# Thermometer Alternatives?



## msstatedawg (May 25, 2013)

I don't have a "meat thermometer." All I have is a long turkey frying thermometer and a candy thermometer. Can one of those be used to check the internal temp of a stuffed pork loin I'm smoking?


----------



## woodcutter (May 25, 2013)

It is hard to use those types of thermometers in the smoker to watch progress as they get smoked covered and you need to open the door to read them. Most members use a digital probe thermometer that can be read from outside of the smoker. Maverick 732 has 2 probes and has been holding up pretty well.


----------



## jarjarchef (May 25, 2013)

Based on those 2 options...I would use the candy thermometer. It will give you a finer detailed reading......I know Walmart has a pocket digital thermometer for about $10, they also have a single remote for $30ish........


----------



## oldschoolbbq (May 25, 2013)

Dawg, I feel your pain.

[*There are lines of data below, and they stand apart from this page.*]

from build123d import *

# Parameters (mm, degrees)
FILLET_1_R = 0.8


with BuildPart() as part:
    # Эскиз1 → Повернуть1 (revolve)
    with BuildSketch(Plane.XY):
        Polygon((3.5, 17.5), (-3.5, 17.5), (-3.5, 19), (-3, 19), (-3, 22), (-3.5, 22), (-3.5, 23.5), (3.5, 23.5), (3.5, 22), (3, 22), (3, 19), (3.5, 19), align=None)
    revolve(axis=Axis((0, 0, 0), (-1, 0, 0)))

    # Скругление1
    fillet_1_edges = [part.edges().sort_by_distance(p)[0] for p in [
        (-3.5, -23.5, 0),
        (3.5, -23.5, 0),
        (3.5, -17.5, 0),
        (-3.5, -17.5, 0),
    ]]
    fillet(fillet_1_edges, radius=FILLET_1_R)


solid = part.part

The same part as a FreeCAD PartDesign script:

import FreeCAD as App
import Part
import Sketcher
from FreeCAD import Vector
Q = App.Units.Quantity


def edges_at(feature, points):
    """Names of the edges that pass closest to the given points."""
    edges = feature.Shape.Edges
    near = lambda p: min(range(len(edges)), key=lambda i: edges[i].distToShape(Part.Vertex(*p))[0])
    return sorted({f"Edge{near(p) + 1}" for p in points})

doc = App.newDocument("Part")
body = doc.addObject("PartDesign::Body", "Body")

# Sketch on XY plane
sketch1 = doc.addObject("Sketcher::SketchObject", "Sketch")
body.addObject(sketch1)
sketch1.AttachmentSupport = (doc.XY_Plane, [""])
sketch1.MapMode = "FlatFace"
sketch1.addGeometry(Part.LineSegment(Vector(-3.5, 17.5, 0), Vector(3.5, 17.5, 0)), False)
sketch1.addGeometry(Part.LineSegment(Vector(3.5, 17.5, 0), Vector(3.5, 19, 0)), False)
sketch1.addGeometry(Part.LineSegment(Vector(3.5, 19, 0), Vector(3, 19, 0)), False)
sketch1.addGeometry(Part.LineSegment(Vector(3, 19, 0), Vector(3, 22, 0)), False)
sketch1.addGeometry(Part.LineSegment(Vector(3, 22, 0), Vector(3.5, 22, 0)), False)
sketch1.addGeometry(Part.LineSegment(Vector(3.5, 22, 0), Vector(3.5, 23.5, 0)), False)
sketch1.addGeometry(Part.LineSegment(Vector(3.5, 23.5, 0), Vector(-3.5, 23.5, 0)), False)
sketch1.addGeometry(Part.LineSegment(Vector(-3.5, 23.5, 0), Vector(-3.5, 22, 0)), False)
sketch1.addGeometry(Part.LineSegment(Vector(-3.5, 22, 0), Vector(-3, 22, 0)), False)
sketch1.addGeometry(Part.LineSegment(Vector(-3, 22, 0), Vector(-3, 19, 0)), False)
sketch1.addGeometry(Part.LineSegment(Vector(-3, 19, 0), Vector(-3.5, 19, 0)), False)
sketch1.addGeometry(Part.LineSegment(Vector(-3.5, 19, 0), Vector(-3.5, 17.5, 0)), False)
sketch1.addConstraint(Sketcher.Constraint("Coincident", 0, 2, 1, 1))
sketch1.addConstraint(Sketcher.Constraint("Coincident", 1, 2, 2, 1))
sketch1.addConstraint(Sketcher.Constraint("Coincident", 2, 2, 3, 1))
sketch1.addConstraint(Sketcher.Constraint("Coincident", 3, 2, 4, 1))
sketch1.addConstraint(Sketcher.Constraint("Coincident", 4, 2, 5, 1))
sketch1.addConstraint(Sketcher.Constraint("Coincident", 5, 2, 6, 1))
sketch1.addConstraint(Sketcher.Constraint("Coincident", 6, 2, 7, 1))
sketch1.addConstraint(Sketcher.Constraint("Coincident", 7, 2, 8, 1))
sketch1.addConstraint(Sketcher.Constraint("Coincident", 8, 2, 9, 1))
sketch1.addConstraint(Sketcher.Constraint("Coincident", 9, 2, 10, 1))
sketch1.addConstraint(Sketcher.Constraint("Coincident", 10, 2, 11, 1))
sketch1.addConstraint(Sketcher.Constraint("Coincident", 11, 2, 0, 1))
sketch1.addConstraint(Sketcher.Constraint("Horizontal", 0))
sketch1.addConstraint(Sketcher.Constraint("Vertical", 1))
sketch1.addConstraint(Sketcher.Constraint("Horizontal", 2))
sketch1.addConstraint(Sketcher.Constraint("Vertical", 3))
sketch1.addConstraint(Sketcher.Constraint("Horizontal", 4))
sketch1.addConstraint(Sketcher.Constraint("Vertical", 5))
sketch1.addConstraint(Sketcher.Constraint("Horizontal", 6))
sketch1.addConstraint(Sketcher.Constraint("Vertical", 7))
sketch1.addConstraint(Sketcher.Constraint("Horizontal", 8))
sketch1.addConstraint(Sketcher.Constraint("Vertical", 9))
sketch1.addConstraint(Sketcher.Constraint("Horizontal", 10))
sketch1.addConstraint(Sketcher.Constraint("Vertical", 11))
sketch1.addConstraint(Sketcher.Constraint("Symmetric", 4, 2, 7, 2, -2))
sketch1.addConstraint(Sketcher.Constraint("Symmetric", 2, 2, 9, 2, -2))
sketch1.addConstraint(Sketcher.Constraint("Vertical", 1, 2, 4, 2))
sketch1.addConstraint(Sketcher.Constraint("Vertical", 7, 2, 10, 2))
sketch1.addConstraint(Sketcher.Constraint("Equal", 1, 5))
sketch1.addConstraint(Sketcher.Constraint("DistanceX", 0, 1, 0, 2, Q("7 mm")))
sketch1.addConstraint(Sketcher.Constraint("DistanceY", 3, 1, 3, 2, Q("3 mm")))
sketch1.addConstraint(Sketcher.Constraint("DistanceX", 2, 2, 2, 1, Q("0.5 mm")))
sketch1.addConstraint(Sketcher.Constraint("DistanceY", 1, 1, 1, 2, Q("1.5 mm")))
sketch1.addConstraint(Sketcher.Constraint("DistanceY", -1, 1, 1, 2, Q("19 mm")))
revolution = doc.addObject("PartDesign::Revolution", "Revolution")
body.addObject(revolution)
revolution.Profile = sketch1
revolution.ReferenceAxis = (sketch1, ["H_Axis"])
revolution.Angle = 360
doc.recompute()

fillet = doc.addObject("PartDesign::Fillet", "Fillet")
body.addObject(fillet)
fillet.Base = (revolution, edges_at(revolution, [
    (-3.5, -23.5, 0),
    (3.5, -23.5, 0),
    (3.5, -17.5, 0),
    (-3.5, -17.5, 0),
]))
fillet.Radius = 0.8

doc.recompute()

Nothing worse than trying to find a therm. that will work. I don't feel you should use a Candy therm. so here's a tip. Go to your local Grocer and look at the things that hang in your way as you look at counters of food. They have cheap Therms. you can get and calibrate ( ask if you need) them and go from there.

As Bobby Mcfarin say "Don't Worry...be happy...don't worry be happy"
	

	
	
		
		



		
			






WE've got you back my Brother in smoke...

Have fun and . . .


----------